Pressure needed to compress iron to double the density? What is the pressure needed to compress iron to twice its density? (with "its density" meaning solid iron at room temperature and atmospheric pressure, reference 7.874 g/cm³ from Google. )
 A: According to PRL, v.88 (2002), 235502-1, the required pressure is 10-20Mbar (see their Fig. 4). They used laser-driven shock waves. 
A: It is difficult to calculate such properties accurately.  The standard technique is density functional theory, which is as much an art of approximation as science.  I am not qualified to speak to experimental techniques involving sudden compression, but they are of obvious interest to designers of nuclear weapons.
Geophysical models are informative because they can to some extent be validated by seismology.  Even the huge pressure at the center of the Earth is not quite enough to double the density.  The density there is estimated at 13.1 g/cm³, the pressure 364 GPa, and the bulk modulus 1425 GPa.  
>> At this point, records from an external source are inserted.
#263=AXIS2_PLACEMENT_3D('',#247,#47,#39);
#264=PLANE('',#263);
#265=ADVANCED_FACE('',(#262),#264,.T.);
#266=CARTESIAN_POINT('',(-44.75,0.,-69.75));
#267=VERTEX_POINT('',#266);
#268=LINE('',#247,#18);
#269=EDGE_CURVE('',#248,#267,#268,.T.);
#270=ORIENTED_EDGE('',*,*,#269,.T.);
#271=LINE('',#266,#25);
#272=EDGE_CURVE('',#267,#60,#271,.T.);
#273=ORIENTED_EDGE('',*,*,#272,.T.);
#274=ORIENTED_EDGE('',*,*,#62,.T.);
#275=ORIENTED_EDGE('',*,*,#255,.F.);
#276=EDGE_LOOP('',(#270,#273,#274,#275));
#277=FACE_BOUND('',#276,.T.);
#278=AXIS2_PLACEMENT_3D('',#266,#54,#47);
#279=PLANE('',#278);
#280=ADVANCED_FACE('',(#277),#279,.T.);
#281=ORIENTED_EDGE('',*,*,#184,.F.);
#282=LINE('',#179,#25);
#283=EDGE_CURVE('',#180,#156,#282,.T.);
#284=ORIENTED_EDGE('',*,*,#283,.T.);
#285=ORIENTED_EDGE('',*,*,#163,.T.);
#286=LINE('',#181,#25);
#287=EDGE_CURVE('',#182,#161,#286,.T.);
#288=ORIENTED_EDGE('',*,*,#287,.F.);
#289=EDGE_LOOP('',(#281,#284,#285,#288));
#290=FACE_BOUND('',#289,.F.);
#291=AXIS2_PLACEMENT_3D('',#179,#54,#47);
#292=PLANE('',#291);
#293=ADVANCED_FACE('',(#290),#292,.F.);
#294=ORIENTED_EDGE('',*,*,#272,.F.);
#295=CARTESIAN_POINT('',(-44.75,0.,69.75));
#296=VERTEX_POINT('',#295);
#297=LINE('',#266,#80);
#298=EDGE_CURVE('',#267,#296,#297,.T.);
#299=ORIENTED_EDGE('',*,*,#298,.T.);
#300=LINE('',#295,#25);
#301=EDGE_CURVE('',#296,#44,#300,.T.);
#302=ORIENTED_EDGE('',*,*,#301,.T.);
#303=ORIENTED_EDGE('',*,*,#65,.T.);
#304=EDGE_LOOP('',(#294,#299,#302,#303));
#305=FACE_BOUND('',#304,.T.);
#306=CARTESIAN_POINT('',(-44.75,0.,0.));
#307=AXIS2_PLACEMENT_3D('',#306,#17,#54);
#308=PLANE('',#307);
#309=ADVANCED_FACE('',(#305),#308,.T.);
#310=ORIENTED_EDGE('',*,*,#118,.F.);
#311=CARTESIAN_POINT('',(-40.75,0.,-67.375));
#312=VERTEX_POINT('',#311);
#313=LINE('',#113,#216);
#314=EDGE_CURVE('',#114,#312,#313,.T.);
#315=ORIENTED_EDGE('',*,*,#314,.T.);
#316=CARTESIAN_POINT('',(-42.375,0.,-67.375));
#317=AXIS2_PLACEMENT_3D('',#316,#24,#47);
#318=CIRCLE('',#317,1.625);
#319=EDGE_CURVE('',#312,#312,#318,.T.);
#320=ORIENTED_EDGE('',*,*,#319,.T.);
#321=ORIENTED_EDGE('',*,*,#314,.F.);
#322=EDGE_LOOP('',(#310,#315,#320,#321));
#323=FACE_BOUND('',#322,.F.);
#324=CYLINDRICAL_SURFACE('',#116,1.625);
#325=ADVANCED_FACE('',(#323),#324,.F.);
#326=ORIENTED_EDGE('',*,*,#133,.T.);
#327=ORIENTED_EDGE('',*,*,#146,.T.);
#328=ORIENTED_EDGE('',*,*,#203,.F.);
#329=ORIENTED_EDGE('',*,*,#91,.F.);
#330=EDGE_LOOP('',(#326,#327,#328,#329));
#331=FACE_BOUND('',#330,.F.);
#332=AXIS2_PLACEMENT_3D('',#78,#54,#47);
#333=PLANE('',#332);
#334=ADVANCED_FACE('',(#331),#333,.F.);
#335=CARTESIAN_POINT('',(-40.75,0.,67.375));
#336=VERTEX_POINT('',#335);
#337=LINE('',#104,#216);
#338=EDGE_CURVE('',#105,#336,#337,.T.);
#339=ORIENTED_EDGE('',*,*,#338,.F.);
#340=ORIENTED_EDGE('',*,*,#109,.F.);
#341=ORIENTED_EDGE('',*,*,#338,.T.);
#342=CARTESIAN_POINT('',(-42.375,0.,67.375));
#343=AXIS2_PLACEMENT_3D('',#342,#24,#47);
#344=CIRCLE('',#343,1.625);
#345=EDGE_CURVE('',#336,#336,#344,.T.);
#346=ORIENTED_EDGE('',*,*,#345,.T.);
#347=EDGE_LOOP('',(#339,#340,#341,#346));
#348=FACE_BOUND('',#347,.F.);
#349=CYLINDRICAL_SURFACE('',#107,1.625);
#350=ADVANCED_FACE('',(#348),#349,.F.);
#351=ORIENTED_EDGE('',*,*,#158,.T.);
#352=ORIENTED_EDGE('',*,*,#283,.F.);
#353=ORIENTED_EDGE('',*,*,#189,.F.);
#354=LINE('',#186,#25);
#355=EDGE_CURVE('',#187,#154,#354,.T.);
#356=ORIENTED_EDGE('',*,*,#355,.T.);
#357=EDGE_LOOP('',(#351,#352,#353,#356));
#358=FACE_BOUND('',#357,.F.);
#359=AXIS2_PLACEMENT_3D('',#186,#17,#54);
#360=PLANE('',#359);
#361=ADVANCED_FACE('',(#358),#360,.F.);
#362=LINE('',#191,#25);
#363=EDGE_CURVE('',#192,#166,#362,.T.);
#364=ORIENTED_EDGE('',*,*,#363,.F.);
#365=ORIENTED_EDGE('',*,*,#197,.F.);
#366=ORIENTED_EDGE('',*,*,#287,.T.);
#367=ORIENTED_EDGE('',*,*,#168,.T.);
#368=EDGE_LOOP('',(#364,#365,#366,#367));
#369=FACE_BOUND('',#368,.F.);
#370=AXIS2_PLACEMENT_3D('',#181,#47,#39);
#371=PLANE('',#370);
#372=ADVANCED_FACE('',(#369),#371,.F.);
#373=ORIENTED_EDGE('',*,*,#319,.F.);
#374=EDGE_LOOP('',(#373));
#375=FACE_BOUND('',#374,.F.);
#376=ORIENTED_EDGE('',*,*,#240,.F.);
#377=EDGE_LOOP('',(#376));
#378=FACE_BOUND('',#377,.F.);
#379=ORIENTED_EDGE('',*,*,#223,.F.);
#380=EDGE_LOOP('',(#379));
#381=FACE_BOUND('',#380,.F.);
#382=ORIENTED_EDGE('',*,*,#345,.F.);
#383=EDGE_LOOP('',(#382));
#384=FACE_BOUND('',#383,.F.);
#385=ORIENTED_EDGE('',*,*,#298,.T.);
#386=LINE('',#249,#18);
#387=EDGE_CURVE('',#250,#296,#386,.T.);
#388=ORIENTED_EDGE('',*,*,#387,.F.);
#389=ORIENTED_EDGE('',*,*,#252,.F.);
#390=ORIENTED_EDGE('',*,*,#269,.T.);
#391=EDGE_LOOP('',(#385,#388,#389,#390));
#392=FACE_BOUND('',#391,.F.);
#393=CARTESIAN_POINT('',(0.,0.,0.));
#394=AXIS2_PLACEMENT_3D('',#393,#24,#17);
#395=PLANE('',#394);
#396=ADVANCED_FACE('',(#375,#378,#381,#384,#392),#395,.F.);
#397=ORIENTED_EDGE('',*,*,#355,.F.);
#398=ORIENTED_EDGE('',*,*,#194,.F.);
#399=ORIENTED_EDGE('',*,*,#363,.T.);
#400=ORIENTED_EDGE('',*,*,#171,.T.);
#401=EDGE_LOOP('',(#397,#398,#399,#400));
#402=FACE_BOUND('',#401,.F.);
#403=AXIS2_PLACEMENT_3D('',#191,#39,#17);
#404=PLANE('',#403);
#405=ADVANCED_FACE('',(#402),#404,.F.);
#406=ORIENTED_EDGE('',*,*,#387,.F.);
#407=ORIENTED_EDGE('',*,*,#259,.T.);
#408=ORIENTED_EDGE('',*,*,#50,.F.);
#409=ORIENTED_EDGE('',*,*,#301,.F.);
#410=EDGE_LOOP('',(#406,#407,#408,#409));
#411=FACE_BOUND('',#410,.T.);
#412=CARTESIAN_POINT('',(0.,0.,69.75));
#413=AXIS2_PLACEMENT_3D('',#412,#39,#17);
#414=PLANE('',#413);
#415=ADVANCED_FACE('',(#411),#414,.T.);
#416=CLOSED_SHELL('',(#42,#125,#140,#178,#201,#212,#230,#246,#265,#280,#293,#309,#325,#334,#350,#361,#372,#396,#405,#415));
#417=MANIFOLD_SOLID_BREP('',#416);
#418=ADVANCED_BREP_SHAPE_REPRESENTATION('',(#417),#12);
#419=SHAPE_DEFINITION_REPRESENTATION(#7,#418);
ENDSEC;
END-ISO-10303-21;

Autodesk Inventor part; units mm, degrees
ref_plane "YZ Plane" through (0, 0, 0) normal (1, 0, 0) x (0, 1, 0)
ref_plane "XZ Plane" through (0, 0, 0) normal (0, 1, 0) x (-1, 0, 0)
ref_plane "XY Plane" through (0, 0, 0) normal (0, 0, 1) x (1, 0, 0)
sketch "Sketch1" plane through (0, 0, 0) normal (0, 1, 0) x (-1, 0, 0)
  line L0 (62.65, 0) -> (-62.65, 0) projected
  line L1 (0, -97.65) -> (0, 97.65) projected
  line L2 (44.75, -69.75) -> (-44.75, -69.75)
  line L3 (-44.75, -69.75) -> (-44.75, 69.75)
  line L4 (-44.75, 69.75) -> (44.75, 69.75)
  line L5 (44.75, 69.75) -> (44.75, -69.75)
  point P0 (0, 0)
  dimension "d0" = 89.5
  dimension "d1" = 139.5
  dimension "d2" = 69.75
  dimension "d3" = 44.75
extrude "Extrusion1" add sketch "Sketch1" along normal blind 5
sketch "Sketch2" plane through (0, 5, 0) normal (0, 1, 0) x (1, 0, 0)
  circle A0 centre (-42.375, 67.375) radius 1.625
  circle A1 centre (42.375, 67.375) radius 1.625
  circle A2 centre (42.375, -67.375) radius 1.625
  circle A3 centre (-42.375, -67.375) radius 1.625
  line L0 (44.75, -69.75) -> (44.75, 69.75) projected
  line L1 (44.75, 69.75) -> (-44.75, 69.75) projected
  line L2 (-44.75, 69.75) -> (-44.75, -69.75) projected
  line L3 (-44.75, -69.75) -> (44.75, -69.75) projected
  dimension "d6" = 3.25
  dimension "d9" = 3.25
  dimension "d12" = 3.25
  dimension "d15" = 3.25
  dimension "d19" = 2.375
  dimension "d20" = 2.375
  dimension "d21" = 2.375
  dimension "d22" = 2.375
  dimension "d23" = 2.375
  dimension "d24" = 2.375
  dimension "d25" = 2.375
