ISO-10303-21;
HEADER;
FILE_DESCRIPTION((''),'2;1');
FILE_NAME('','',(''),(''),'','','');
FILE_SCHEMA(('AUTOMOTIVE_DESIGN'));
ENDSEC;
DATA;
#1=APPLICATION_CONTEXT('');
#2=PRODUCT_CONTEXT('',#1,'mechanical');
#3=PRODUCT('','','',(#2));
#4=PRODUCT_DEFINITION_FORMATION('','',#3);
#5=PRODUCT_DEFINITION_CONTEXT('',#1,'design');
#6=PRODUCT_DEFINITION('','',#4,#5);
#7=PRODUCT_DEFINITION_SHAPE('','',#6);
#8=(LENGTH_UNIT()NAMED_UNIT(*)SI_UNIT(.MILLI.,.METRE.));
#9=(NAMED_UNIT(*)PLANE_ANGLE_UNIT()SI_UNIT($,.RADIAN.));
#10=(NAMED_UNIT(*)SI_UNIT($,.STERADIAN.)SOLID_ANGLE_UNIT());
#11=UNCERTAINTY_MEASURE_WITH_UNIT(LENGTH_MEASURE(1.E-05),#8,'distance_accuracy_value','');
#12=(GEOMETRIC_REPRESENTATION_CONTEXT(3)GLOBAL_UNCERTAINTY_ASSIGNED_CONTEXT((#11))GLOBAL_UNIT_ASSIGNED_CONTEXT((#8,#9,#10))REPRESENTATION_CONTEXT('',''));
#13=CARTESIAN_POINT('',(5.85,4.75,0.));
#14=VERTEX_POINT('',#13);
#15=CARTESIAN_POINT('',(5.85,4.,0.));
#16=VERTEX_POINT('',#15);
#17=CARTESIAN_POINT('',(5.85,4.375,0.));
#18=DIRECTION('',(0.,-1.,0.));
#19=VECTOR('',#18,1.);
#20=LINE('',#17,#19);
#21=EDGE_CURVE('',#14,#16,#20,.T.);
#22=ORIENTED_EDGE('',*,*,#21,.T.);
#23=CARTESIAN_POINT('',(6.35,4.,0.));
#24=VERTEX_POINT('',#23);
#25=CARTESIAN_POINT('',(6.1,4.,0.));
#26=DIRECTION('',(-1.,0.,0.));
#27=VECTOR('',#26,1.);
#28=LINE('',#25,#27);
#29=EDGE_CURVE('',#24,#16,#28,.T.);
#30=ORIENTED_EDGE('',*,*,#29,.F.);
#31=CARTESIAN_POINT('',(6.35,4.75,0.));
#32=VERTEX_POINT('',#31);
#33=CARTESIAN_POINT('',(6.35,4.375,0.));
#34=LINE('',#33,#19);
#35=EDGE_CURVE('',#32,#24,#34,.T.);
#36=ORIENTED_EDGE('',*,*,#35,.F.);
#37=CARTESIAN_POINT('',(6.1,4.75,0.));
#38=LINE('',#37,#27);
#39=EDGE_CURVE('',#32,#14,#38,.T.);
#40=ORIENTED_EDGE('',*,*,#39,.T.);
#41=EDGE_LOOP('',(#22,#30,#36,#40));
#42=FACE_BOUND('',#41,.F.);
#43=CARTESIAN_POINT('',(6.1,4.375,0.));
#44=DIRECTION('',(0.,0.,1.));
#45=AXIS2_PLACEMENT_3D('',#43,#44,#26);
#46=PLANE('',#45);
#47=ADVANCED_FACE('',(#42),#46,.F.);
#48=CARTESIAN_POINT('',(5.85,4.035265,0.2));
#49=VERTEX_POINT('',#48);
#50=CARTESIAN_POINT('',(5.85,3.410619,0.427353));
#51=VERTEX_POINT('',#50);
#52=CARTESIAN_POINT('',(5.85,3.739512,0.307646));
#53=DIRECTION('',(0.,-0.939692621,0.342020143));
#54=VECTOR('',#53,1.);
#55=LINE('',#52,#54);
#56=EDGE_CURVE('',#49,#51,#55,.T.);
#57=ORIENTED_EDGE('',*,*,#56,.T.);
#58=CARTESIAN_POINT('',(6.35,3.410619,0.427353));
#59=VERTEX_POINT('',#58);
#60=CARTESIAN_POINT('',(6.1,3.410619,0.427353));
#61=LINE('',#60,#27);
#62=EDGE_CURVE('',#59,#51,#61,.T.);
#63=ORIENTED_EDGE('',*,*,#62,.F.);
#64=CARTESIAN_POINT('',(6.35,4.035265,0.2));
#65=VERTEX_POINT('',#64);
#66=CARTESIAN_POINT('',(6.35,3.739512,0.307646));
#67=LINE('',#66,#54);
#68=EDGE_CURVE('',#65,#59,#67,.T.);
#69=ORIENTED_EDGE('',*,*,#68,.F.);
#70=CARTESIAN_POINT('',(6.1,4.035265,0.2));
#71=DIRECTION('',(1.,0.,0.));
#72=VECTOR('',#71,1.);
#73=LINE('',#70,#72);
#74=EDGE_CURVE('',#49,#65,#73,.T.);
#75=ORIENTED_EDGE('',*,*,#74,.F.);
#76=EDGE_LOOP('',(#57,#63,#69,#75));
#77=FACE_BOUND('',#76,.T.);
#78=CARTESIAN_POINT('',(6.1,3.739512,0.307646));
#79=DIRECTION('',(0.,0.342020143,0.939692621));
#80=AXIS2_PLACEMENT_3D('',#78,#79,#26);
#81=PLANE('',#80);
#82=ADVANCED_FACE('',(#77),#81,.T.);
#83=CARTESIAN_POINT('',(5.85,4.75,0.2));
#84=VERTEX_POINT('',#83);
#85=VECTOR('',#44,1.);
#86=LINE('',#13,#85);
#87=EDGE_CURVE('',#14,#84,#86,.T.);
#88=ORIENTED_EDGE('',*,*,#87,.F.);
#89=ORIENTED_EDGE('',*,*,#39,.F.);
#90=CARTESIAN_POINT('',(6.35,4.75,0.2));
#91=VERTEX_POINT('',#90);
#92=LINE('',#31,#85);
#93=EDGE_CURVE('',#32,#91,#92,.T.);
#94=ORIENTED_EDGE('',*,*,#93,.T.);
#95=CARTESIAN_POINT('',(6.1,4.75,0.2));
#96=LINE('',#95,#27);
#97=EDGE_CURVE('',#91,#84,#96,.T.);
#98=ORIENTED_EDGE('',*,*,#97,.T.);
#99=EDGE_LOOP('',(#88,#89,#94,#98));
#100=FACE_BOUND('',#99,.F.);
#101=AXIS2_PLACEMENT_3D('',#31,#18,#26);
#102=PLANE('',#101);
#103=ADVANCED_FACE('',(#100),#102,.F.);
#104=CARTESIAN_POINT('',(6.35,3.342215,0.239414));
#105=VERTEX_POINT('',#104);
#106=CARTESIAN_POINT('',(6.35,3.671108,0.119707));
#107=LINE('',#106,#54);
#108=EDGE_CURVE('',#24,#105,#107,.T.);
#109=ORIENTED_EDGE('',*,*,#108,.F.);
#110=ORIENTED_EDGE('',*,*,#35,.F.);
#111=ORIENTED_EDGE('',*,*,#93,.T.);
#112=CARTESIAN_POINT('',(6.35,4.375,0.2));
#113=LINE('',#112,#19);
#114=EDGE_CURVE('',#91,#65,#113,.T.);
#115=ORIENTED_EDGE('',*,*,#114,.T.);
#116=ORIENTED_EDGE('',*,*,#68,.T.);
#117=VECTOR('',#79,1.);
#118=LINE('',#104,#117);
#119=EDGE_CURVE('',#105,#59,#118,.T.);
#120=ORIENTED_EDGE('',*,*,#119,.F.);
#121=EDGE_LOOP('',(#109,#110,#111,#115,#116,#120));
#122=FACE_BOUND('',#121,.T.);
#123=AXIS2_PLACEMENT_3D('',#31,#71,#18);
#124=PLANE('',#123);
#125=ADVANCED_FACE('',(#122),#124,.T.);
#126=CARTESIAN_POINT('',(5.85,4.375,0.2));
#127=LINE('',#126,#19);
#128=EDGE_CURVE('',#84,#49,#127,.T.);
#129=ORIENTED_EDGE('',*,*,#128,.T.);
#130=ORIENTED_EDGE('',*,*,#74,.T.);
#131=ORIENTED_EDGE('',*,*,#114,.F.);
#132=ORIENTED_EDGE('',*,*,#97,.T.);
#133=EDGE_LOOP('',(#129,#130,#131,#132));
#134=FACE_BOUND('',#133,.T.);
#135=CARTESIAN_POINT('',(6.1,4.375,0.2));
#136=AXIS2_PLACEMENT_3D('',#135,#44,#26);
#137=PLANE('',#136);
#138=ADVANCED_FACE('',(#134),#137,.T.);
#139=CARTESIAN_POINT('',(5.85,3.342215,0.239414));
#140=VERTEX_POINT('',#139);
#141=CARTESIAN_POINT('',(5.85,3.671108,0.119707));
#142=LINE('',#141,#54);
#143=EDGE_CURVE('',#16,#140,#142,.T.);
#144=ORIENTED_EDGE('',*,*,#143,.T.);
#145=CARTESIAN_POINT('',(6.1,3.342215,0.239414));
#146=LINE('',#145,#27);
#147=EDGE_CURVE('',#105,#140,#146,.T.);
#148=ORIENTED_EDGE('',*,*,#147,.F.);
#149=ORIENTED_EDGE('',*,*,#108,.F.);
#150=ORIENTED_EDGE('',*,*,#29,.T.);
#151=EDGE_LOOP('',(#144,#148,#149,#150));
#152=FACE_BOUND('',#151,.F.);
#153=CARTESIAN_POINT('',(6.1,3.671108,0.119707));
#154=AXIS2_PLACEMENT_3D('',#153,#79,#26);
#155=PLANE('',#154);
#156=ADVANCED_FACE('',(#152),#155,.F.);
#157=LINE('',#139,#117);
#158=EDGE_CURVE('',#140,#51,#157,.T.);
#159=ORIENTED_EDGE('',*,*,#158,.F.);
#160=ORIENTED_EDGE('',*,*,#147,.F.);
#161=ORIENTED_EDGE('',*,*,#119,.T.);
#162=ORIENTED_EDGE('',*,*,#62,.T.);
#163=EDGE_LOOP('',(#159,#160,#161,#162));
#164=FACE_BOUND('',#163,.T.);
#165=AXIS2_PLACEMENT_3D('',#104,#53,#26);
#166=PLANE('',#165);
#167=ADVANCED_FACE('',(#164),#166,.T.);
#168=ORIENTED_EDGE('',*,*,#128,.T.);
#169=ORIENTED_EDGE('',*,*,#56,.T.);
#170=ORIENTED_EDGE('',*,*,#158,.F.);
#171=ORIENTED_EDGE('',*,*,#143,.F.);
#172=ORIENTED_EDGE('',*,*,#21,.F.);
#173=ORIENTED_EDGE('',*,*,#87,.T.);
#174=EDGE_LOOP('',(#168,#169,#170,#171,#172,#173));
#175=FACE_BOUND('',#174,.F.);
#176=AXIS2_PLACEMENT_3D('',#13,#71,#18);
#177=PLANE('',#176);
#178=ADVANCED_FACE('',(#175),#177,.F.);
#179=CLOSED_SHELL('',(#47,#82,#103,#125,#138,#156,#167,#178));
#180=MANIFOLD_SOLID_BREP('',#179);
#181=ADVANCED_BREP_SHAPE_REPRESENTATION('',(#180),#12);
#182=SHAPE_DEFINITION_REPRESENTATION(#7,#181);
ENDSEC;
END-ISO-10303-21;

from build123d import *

# Parameters (mm, degrees)
BOX011_W                  = 0.5
BOX011_H                  = 0.75
BOX011_DEPTH              = 0.2
BOX012_W                  = 0.5
BOX012_H                  = 0.7
BOX012_DEPTH              = 0.2
BOX012_PLACEMENT_ANGLE    = 20
FUSION005_PLACEMENT_ANGLE = 180


with BuildPart() as cube011:
    # Box011 → Box011 (new body)
    with BuildSketch(Plane(origin=(0, -1.25, 0), x_dir=(1, 0, 0), z_dir=(0, 0, 1))):
        with Locations((0.25, 0.375)):
            Rectangle(BOX011_W, BOX011_H)
    extrude(amount=BOX011_DEPTH)


with BuildPart() as fusion005:
    # Box012 → Box012 (new body)
    with BuildSketch(Plane.XY):
        with Locations((0.25, 0.35)):
            Rectangle(BOX012_W, BOX012_H)
    extrude(amount=BOX012_DEPTH)


with BuildPart() as fusion005_1:
    # Box012 placement: moved
    add(fusion005.part.moved(Location((0, -0.5, 0))).rotate(Axis((0, -0.5, 0), (1, 0, 0)), BOX012_PLACEMENT_ANGLE))

    # Fusion005: union Cube011
    add(cube011.part)


with BuildPart() as fusion005_2:
    # Fusion005 placement: moved
    add(fusion005_1.part.moved(Location((6.35, 3.5, 0))).rotate(Axis((6.35, 3.5, 0), (0, 0, 1)), FUSION005_PLACEMENT_ANGLE))


solid = fusion005_2.part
A fit to data over the limited range of densities (only 2.5%) and pressures (10%) in the inner core suggests that the bulk modulus varies as $K\propto {{P}^{0.60}}$.   Using $dP=K\ d(\ln \rho )$ to extrapolate 20% in density, you might estimate P = 810 GPa when $\rho $ = 15.75 g/cm3.  
Caveat:  The extrapolation is clearly far out on a limb and shouldn't be trusted.  Naive power-law extrapolations are shaky.  $P\sim {{\rho }^{x}}$ would obviously break down at low pressure.